More time passed, and Faris focused on rebuilding the company as a minority owner under Zycko. Then in January 2007, Faris’s attorney called again, telling him he had good news and bad news: “The bad news is that they are going to get you. The good news is that they aren’t coming for you now.”
It took only a few months of waiting, and on March 14, 2007, a postal inspector arrested Faris, his first cousin (who had been InterLink’s CEO), and two other employees. He placed them in handcuffs and drove them to St. Paul, where they were charged with mail and wire fraud and conspiracy to commit money laundering.
“I was cited my Miranda rights, photographed, fingerprinted, strip-searched, and put in a solitary cell,” Faris said. “I thought: My life is over.”
They were released later that day and Faris began a long and expensive legal battle that eventually resulted in him pleading guilty and negotiating an agreement that included testifying against his cousin during his trial. (The other two employees also pled guilty and negotiated plea agreements, while his cousin maintained his innocence and was eventually exonerated.)
The trial was held in December 2008. Faris then waited another seven months to receive his sentence, which was for one year and one day beginning July 31, 2009. His wife and two sons drove him to Duluth, where he spent nearly nine months in a prison camp alongside 924 other inmates, most of whom were serving time for drug-related crimes and grand theft. According to Faris, less than 10 percent of the inmates had committed white-collar crimes.
As I listened to Faris’s story, I kept thinking : He looks like all the other business executives having lunch around us. Why did this happen to him? What separated him from the rest of us who are confronted with ethical dilemmas all the time and make different decisions?

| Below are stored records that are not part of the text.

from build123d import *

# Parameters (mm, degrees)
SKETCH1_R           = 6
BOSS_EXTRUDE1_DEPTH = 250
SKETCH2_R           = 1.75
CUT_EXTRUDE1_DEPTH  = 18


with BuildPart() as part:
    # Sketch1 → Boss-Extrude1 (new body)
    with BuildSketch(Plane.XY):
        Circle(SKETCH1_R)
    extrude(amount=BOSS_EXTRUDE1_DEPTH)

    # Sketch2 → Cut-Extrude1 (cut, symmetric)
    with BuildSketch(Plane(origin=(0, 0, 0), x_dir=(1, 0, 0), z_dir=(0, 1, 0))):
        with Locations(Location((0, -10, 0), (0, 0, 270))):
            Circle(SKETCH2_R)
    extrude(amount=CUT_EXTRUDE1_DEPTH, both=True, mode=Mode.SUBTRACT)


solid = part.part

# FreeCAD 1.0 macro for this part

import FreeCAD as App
import Part
import Sketcher

V = App.Vector

doc = App.newDocument("Part")
body = doc.addObject("PartDesign::Body", "Body")

sketch1 = body.newObject("Sketcher::SketchObject", "Sketch")
sketch1.AttachmentSupport = (doc.getObject("XY_Plane"), [""])
sketch1.MapMode = "FlatFace"
sketch1.addGeometry(Part.Circle(V(0, 0, 0), V(0, 0, 1), 6), False)
sketch1.addConstraint(Sketcher.Constraint("Coincident", 0, 3, -1, 1))
sketch1.addConstraint(Sketcher.Constraint("Diameter", 0, 12.0))
pad1 = body.newObject("PartDesign::Pad", "Pad")
pad1.Profile = sketch1
pad1.Length = 250

sketch2 = body.newObject("Sketcher::SketchObject", "Sketch001")
sketch2.AttachmentSupport = (doc.getObject("XZ_Plane"), [""])
sketch2.MapMode = "FlatFace"
sketch2.addGeometry(Part.Circle(V(0, 10, 0), V(0, 0, 1), 1.8), False)
sketch2.addConstraint(Sketcher.Constraint("PointOnObject", 0, 3, -2))
sketch2.addConstraint(Sketcher.Constraint("Diameter", 0, 3.5))
sketch2.addConstraint(Sketcher.Constraint("DistanceY", -1, 1, 0, 3, 10.0))
pocket1 = body.newObject("PartDesign::Pocket", "Pocket")
pocket1.Profile = sketch2
pocket1.Length = 36
pocket1.Midplane = True

doc.recompute()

“Underlying it all was greed and arrogance,” Faris said. “I learned that you cannot harbor resentment and take it into your own hands. We premeditatedly lied and took advantage of the situation. Arrogance and greed, combined with rationalization, is a destructive combination.”
Faris describes his journey in phases. “After the indictment, for about 15 months I was in what I call phase one, which was total denial. I was arrogant and self-centered, and was rationalizing my behavior. Phase two was a few-month period when I started confronting the truth: Did I benefit from this? Did I orchestrate it? I became receptive to advice from my wife and pastor. Then phase three, in July 2008, I embraced the truth. It was total surrender, and after I worked out the plea agreement, I actually felt a sense of total release. I wasn’t angry anymore but finally felt some grace and humility.”

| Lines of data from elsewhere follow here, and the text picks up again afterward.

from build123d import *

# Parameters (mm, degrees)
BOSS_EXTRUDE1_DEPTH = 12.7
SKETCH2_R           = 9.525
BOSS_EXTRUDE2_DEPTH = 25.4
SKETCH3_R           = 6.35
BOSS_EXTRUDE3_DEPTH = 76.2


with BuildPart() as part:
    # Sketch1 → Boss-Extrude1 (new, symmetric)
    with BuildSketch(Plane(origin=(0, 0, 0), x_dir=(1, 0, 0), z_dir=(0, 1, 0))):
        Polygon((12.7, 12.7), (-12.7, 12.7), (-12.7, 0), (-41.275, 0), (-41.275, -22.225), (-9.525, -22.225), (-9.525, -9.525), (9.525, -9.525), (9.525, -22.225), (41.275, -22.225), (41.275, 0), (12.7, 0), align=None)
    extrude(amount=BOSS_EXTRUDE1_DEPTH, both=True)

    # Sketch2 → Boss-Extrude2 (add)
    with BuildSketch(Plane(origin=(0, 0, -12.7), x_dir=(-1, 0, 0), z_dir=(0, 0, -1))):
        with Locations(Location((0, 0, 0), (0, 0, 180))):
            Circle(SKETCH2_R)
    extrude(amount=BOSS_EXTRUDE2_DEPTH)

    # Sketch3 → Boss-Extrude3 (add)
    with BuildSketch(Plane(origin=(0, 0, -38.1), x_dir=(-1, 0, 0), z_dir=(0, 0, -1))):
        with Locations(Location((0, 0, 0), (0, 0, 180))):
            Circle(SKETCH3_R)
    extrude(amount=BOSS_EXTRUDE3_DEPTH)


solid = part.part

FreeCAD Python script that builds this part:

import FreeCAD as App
import Part
import Sketcher
from FreeCAD import Vector
Q = App.Units.Quantity


def add_polygon(sketch, points):
    """Adds a closed chain of lines whose ends are joined by coincident constraints."""
    first, n = sketch.GeometryCount, len(points)
    for a, b in zip(points, points[1:] + points[:1]):
        sketch.addGeometry(Part.LineSegment(App.Vector(*a, 0), App.Vector(*b, 0)), False)
    for i in range(n):
        sketch.addConstraint(Sketcher.Constraint("Coincident", first + i, 2, first + (i + 1) % n, 1))

doc = App.newDocument("Part")
body = doc.addObject("PartDesign::Body", "Body")

# Sketch on XZ plane
sketch1 = doc.addObject("Sketcher::SketchObject", "Sketch")
body.addObject(sketch1)
sketch1.AttachmentSupport = (doc.XZ_Plane, [""])
sketch1.MapMode = "FlatFace"
add_polygon(sketch1, [(13, -13), (-13, -13), (-13, 0), (-41, 0), (-41, 22), (-10, 22), (-10, 10), (10, 10), (10, 22), (41, 22), (41, 0), (13, 0)])  # lines 0-11
sketch1.addConstraint(Sketcher.Constraint("Horizontal", 0))
sketch1.addConstraint(Sketcher.Constraint("Vertical", 1))
sketch1.addConstraint(Sketcher.Constraint("Horizontal", 2))
sketch1.addConstraint(Sketcher.Constraint("Vertical", 3))
sketch1.addConstraint(Sketcher.Constraint("Horizontal", 4))
sketch1.addConstraint(Sketcher.Constraint("Vertical", 5))
sketch1.addConstraint(Sketcher.Constraint("Horizontal", 6))
sketch1.addConstraint(Sketcher.Constraint("Vertical", 7))
sketch1.addConstraint(Sketcher.Constraint("Horizontal", 8))
sketch1.addConstraint(Sketcher.Constraint("Vertical", 9))
sketch1.addConstraint(Sketcher.Constraint("Horizontal", 10))
sketch1.addConstraint(Sketcher.Constraint("Vertical", 11))
sketch1.addConstraint(Sketcher.Constraint("Symmetric", 2, 2, 9, 2, -1, 1))
sketch1.addConstraint(Sketcher.Constraint("Symmetric", 4, 2, 7, 2, -2))
sketch1.addConstraint(Sketcher.Constraint("Symmetric", 1, 2, 10, 2, -2))
sketch1.addConstraint(Sketcher.Constraint("Equal", 1, 5))
sketch1.addConstraint(Sketcher.Constraint("DistanceX", 0, 2, 0, 1, Q("1 in")))
sketch1.addConstraint(Sketcher.Constraint("DistanceY", 1, 1, 1, 2, Q("0.5 in")))
sketch1.addConstraint(Sketcher.Constraint("DistanceX", 2, 2, 6, 2, Q("2 in")))
sketch1.addConstraint(Sketcher.Constraint("DistanceX", 4, 1, 4, 2, Q("1.25 in")))
sketch1.addConstraint(Sketcher.Constraint("DistanceY", 3, 1, 3, 2, Q("0.875 in")))
pad1 = doc.addObject("PartDesign::Pad", "Pad")
body.addObject(pad1)
pad1.Profile = sketch1
pad1.Length = Q("1 in")
pad1.Midplane = True

# Sketch on XY plane
sketch2 = doc.addObject("Sketcher::SketchObject", "Sketch001")
body.addObject(sketch2)
sketch2.AttachmentSupport = (doc.XY_Plane, [""])
sketch2.MapMode = "FlatFace"
sketch2.AttachmentOffset = App.Placement(Vector(0, 0, -0.5 * 25.4), App.Rotation())
sketch2.addGeometry(Part.Circle(Vector(0, 0, 0), Vector(0, 0, 1), 10), False)
sketch2.addConstraint(Sketcher.Constraint("Coincident", 0, 3, -1, 1))
sketch2.addConstraint(Sketcher.Constraint("Diameter", 0, Q("0.75 in")))
pad2 = doc.addObject("PartDesign::Pad", "Pad001")
body.addObject(pad2)
pad2.Profile = sketch2
pad2.Length = Q("1 in")
pad2.Reversed = True

# Sketch on XY plane
sketch3 = doc.addObject("Sketcher::SketchObject", "Sketch002")
body.addObject(sketch3)
sketch3.AttachmentSupport = (doc.XY_Plane, [""])
sketch3.MapMode = "FlatFace"
sketch3.AttachmentOffset = App.Placement(Vector(0, 0, -1.5 * 25.4), App.Rotation())
sketch3.addGeometry(Part.Circle(Vector(0, 0, 0), Vector(0, 0, 1), 6), False)
sketch3.addConstraint(Sketcher.Constraint("Coincident", 0, 3, -1, 1))
sketch3.addConstraint(Sketcher.Constraint("Diameter", 0, Q("0.5 in")))
pad3 = doc.addObject("PartDesign::Pad", "Pad002")
body.addObject(pad3)
pad3.Profile = sketch3
pad3.Length = Q("3 in")
pad3.Reversed = True

doc.recompute()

Faris told me that the most impactful question he asks corporate executives is: “What kind of legacy do you want to leave for your kids?” He is now giving speeches and workshops on accountability, honesty, and integrity and how they should be at the core of individual and corporate behavior.

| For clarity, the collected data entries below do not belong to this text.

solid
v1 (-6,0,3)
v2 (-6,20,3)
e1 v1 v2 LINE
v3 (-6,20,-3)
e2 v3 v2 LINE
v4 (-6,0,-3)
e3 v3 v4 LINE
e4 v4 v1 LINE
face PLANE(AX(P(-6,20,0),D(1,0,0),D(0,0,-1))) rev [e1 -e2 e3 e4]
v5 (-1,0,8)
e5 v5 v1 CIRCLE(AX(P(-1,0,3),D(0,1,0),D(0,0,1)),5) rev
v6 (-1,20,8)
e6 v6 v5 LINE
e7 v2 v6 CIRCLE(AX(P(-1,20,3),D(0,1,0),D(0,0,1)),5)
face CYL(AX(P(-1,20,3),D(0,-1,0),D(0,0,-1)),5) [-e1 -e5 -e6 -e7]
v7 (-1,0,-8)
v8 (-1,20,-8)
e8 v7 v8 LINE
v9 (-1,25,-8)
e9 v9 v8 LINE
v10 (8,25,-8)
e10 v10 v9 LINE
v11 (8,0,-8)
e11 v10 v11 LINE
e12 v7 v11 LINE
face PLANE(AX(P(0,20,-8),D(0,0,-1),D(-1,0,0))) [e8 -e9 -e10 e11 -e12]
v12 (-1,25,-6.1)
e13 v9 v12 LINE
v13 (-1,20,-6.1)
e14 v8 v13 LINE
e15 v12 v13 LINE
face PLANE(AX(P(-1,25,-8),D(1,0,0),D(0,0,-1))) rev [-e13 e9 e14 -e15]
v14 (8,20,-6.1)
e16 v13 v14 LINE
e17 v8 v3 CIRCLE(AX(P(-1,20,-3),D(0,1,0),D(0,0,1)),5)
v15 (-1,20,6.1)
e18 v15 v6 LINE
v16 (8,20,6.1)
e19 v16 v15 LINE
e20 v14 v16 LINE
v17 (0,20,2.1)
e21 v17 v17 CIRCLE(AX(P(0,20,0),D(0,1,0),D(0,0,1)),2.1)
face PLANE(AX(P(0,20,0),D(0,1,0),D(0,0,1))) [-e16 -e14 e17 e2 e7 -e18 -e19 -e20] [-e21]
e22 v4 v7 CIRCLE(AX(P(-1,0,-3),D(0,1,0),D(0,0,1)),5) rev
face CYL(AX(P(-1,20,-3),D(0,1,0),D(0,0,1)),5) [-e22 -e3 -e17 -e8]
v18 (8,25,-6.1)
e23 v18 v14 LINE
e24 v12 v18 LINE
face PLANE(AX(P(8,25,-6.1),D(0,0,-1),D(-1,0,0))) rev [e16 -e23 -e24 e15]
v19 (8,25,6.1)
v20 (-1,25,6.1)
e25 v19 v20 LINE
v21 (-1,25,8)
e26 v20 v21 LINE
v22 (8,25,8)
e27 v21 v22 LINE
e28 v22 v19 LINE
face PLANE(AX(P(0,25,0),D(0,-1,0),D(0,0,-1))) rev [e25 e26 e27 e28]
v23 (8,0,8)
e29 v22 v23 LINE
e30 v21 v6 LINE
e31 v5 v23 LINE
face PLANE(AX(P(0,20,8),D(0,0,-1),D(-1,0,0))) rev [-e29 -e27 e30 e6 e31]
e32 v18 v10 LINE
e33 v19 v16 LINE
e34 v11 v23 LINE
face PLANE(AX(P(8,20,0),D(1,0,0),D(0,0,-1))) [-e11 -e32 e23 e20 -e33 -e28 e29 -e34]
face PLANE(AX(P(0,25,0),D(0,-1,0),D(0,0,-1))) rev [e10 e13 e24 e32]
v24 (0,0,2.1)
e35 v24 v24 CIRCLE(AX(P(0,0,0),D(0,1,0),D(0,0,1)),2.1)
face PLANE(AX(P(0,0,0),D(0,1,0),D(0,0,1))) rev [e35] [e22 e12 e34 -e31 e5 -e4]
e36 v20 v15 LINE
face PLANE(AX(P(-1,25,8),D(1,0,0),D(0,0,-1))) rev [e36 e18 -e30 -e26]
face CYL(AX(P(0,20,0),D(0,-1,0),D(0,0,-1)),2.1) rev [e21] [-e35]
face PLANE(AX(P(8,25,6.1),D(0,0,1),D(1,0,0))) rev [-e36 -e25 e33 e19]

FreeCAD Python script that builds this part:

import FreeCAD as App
import Part
import Sketcher
from FreeCAD import Vector


def edges_at(feature, points):
    """Names of the edges that pass closest to the given points."""
    edges = feature.Shape.Edges
    near = lambda p: min(range(len(edges)), key=lambda i: edges[i].distToShape(Part.Vertex(*p))[0])
    return sorted({f"Edge{near(p) + 1}" for p in points})

doc = App.newDocument("Part")
body = doc.addObject("PartDesign::Body", "Body")

# Sketch on XZ plane
sketch1 = body.newObject("Sketcher::SketchObject", "Sketch")
sketch1.AttachmentSupport = (doc.getObject("XZ_Plane"), [""])
sketch1.MapMode = "FlatFace"
sketch1.addGeometry(Part.LineSegment(Vector(-6, -8, 0), Vector(-6, 8, 0)), False)
sketch1.addGeometry(Part.LineSegment(Vector(-6, 8, 0), Vector(8, 8, 0)), False)
sketch1.addGeometry(Part.LineSegment(Vector(8, 8, 0), Vector(8, -8, 0)), False)
sketch1.addGeometry(Part.LineSegment(Vector(8, -8, 0), Vector(-6, -8, 0)), False)
sketch1.addGeometry(Part.Circle(Vector(0, 0, 0), Vector(0, 0, 1), 2.1), False)
sketch1.addConstraint(Sketcher.Constraint("Coincident", 0, 2, 1, 1))
sketch1.addConstraint(Sketcher.Constraint("Coincident", 1, 2, 2, 1))
sketch1.addConstraint(Sketcher.Constraint("Coincident", 2, 2, 3, 1))
sketch1.addConstraint(Sketcher.Constraint("Coincident", 3, 2, 0, 1))
sketch1.addConstraint(Sketcher.Constraint("Vertical", 0))
sketch1.addConstraint(Sketcher.Constraint("Horizontal", 1))
sketch1.addConstraint(Sketcher.Constraint("Vertical", 2))
sketch1.addConstraint(Sketcher.Constraint("Horizontal", 3))
sketch1.addConstraint(Sketcher.Constraint("Coincident", 4, 3, -1, 1))
sketch1.addConstraint(Sketcher.Constraint("Diameter", 4, 4.2))
sketch1.addConstraint(Sketcher.Constraint("DistanceX", 1, 1, 1, 2, 14.0))
sketch1.addConstraint(Sketcher.Constraint("DistanceY", 0, 1, 0, 2, 16.0))
sketch1.addConstraint(Sketcher.Constraint("DistanceX", 0, 2, -1, 1, 6.0))
sketch1.addConstraint(Sketcher.Constraint("DistanceY", -1, 1, 0, 2, 8.0))
pad1 = body.newObject("PartDesign::Pad", "Pad")
pad1.Profile = sketch1
pad1.Length = 20
pad1.Reversed = True
doc.recompute()

fillet = body.newObject("PartDesign::Fillet", "Fillet")
fillet.Base = (pad1, edges_at(pad1, [(-6, 10, 8), (-6, 10, -8)]))
fillet.Radius = 5

# Sketch on XZ plane
sketch2 = body.newObject("Sketcher::SketchObject", "Sketch001")
sketch2.AttachmentSupport = (doc.getObject("XZ_Plane"), [""])
sketch2.MapMode = "FlatFace"
sketch2.AttachmentOffset = App.Placement(Vector(0, 0, -20), App.Rotation())
sketch2.addGeometry(Part.LineSegment(Vector(-1, -8, 0), Vector(-1, -6.1, 0)), False)
sketch2.addGeometry(Part.LineSegment(Vector(-1, -6.1, 0), Vector(8, -6.1, 0)), False)
sketch2.addGeometry(Part.LineSegment(Vector(8, -6.1, 0), Vector(8, -8, 0)), False)
sketch2.addGeometry(Part.LineSegment(Vector(8, -8, 0), Vector(-1, -8, 0)), False)
sketch2.addGeometry(Part.LineSegment(Vector(-1, 6.1, 0), Vector(-1, 8, 0)), False)
sketch2.addGeometry(Part.LineSegment(Vector(-1, 8, 0), Vector(8, 8, 0)), False)
sketch2.addGeometry(Part.LineSegment(Vector(8, 8, 0), Vector(8, 6.1, 0)), False)
sketch2.addGeometry(Part.LineSegment(Vector(8, 6.1, 0), Vector(-1, 6.1, 0)), False)
sketch2.addConstraint(Sketcher.Constraint("Coincident", 0, 2, 1, 1))
sketch2.addConstraint(Sketcher.Constraint("Coincident", 1, 2, 2, 1))
sketch2.addConstraint(Sketcher.Constraint("Coincident", 2, 2, 3, 1))
sketch2.addConstraint(Sketcher.Constraint("Coincident", 3, 2, 0, 1))
sketch2.addConstraint(Sketcher.Constraint("Coincident", 4, 2, 5, 1))
sketch2.addConstraint(Sketcher.Constraint("Coincident", 5, 2, 6, 1))
sketch2.addConstraint(Sketcher.Constraint("Coincident", 6, 2, 7, 1))
sketch2.addConstraint(Sketcher.Constraint("Coincident", 7, 2, 4, 1))
sketch2.addConstraint(Sketcher.Constraint("Vertical", 0))
sketch2.addConstraint(Sketcher.Constraint("Horizontal", 1))
sketch2.addConstraint(Sketcher.Constraint("Vertical", 2))
sketch2.addConstraint(Sketcher.Constraint("Horizontal", 3))
sketch2.addConstraint(Sketcher.Constraint("Vertical", 4))
sketch2.addConstraint(Sketcher.Constraint("Horizontal", 5))
sketch2.addConstraint(Sketcher.Constraint("Vertical", 6))
sketch2.addConstraint(Sketcher.Constraint("Horizontal", 7))
sketch2.addConstraint(Sketcher.Constraint("Symmetric", 3, 2, 4, 2, -1))
sketch2.addConstraint(Sketcher.Constraint("Symmetric", 1, 2, 6, 2, -1))
sketch2.addConstraint(Sketcher.Constraint("DistanceX", 1, 1, 1, 2, 9.0))
sketch2.addConstraint(Sketcher.Constraint("DistanceY", 0, 1, 0, 2, 1.9))
sketch2.addConstraint(Sketcher.Constraint("DistanceX", 0, 2, -1, 1, 1.0))
sketch2.addConstraint(Sketcher.Constraint("DistanceY", 2, 2, -1, 1, 8.0))
pad2 = body.newObject("PartDesign::Pad", "Pad001")
pad2.Profile = sketch2
pad2.Length = 5
pad2.Reversed = True

doc.recompute()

We finished our lunch, shook hands, and went our separate ways, though I think my personal mission to improve corporate ethics was more meaningful after hearing about my new friend’s journey. I felt grateful for the opportunity to learn from Mark’s mistake and hope he will have the opportunity to tell his story many times. When I left the office later that day, I was even more thankful for having my family, my business, and my home.